• **Given data**
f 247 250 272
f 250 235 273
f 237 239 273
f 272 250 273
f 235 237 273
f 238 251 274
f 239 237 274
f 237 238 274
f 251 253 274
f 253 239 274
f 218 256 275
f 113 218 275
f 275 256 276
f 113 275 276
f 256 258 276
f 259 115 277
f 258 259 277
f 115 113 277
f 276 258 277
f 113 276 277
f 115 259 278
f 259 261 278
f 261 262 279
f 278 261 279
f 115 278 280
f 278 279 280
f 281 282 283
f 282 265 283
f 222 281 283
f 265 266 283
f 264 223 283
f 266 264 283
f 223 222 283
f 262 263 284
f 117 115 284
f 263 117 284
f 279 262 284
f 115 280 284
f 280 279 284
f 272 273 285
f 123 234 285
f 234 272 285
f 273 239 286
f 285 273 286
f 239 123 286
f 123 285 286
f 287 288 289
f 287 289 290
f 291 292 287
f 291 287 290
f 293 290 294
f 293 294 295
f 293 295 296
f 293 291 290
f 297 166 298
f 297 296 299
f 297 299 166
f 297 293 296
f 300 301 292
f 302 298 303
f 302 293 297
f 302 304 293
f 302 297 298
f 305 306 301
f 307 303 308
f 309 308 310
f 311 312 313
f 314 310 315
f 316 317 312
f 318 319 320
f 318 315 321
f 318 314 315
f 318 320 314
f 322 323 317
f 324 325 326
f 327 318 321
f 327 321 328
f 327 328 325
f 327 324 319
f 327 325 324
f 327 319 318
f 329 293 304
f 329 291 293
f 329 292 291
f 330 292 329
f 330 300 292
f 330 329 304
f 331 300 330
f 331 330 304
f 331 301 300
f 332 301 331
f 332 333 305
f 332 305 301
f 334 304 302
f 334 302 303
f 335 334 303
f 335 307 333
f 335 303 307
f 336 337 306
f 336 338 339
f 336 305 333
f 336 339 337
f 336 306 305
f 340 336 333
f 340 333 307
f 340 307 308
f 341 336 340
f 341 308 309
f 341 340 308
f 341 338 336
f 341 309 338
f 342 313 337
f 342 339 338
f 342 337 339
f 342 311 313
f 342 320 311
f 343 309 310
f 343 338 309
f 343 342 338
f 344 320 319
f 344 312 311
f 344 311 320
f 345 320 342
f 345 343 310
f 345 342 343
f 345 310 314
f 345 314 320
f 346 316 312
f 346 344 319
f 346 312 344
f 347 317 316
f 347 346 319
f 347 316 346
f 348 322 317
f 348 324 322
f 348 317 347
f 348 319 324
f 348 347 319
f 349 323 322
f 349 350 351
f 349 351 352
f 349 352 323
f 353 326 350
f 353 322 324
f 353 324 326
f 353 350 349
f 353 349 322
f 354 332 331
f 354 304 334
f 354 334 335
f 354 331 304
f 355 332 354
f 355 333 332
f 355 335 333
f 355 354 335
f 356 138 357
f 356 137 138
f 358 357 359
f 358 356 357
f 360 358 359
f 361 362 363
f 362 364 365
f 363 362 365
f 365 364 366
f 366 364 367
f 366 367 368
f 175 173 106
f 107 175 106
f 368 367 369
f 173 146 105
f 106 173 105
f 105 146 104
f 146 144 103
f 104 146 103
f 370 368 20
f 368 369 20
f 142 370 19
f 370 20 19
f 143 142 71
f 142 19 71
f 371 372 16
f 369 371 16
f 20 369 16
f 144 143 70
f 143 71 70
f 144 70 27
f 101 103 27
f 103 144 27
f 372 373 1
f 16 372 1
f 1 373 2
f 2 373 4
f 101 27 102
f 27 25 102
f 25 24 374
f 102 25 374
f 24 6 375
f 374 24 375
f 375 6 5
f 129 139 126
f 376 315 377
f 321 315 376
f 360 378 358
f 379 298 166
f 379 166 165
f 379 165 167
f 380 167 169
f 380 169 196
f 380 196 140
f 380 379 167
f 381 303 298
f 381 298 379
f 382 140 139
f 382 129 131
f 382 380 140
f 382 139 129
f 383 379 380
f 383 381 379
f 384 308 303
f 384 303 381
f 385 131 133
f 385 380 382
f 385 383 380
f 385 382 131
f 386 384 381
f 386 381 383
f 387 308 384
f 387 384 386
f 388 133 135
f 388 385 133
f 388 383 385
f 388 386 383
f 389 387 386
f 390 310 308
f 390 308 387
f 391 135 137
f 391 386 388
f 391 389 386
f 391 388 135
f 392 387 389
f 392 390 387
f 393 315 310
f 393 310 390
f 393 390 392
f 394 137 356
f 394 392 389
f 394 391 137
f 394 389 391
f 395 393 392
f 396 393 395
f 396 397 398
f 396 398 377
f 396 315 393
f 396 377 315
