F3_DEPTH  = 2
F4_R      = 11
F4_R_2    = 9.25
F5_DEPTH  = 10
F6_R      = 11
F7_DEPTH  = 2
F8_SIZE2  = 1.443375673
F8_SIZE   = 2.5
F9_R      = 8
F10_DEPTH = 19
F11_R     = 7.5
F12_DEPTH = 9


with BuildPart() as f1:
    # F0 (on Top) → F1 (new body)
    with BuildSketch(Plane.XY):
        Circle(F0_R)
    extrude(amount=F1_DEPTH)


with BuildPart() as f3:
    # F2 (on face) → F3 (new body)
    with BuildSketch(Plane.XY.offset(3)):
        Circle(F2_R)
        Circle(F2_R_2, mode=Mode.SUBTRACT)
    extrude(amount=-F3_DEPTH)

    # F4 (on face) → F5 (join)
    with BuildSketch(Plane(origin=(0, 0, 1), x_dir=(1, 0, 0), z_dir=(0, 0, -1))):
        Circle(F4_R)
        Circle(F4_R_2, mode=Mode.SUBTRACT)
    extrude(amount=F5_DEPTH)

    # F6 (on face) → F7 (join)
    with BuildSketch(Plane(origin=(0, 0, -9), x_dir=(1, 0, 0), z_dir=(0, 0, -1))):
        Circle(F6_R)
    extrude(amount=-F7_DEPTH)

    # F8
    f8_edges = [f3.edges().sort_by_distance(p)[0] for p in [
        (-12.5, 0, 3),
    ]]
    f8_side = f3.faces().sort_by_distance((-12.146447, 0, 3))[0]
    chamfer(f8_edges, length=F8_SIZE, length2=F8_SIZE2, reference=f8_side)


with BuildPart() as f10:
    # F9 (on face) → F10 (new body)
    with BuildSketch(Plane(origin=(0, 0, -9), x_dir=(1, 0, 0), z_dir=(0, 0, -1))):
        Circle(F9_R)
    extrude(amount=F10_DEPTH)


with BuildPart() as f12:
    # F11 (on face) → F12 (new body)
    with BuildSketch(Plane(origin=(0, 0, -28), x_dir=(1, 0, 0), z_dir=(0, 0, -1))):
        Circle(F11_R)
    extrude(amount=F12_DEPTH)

• **Task details**
All that is wanted is a faithful reproduction of the line above with "f 370 20 19", the line with "f 379 298 166", and every line in between.

• **Solution to this exercise**
f 370 20 19
f 143 142 71
f 142 19 71
f 371 372 16
f 369 371 16
f 20 369 16
f 144 143 70
f 143 71 70
f 144 70 27
f 101 103 27
f 103 144 27
f 372 373 1
f 16 372 1
f 1 373 2
f 2 373 4
f 101 27 102
f 27 25 102
f 25 24 374
f 102 25 374
f 24 6 375
f 374 24 375
f 375 6 5
f 129 139 126
f 376 315 377
f 321 315 376
f 360 378 358
f 379 298 166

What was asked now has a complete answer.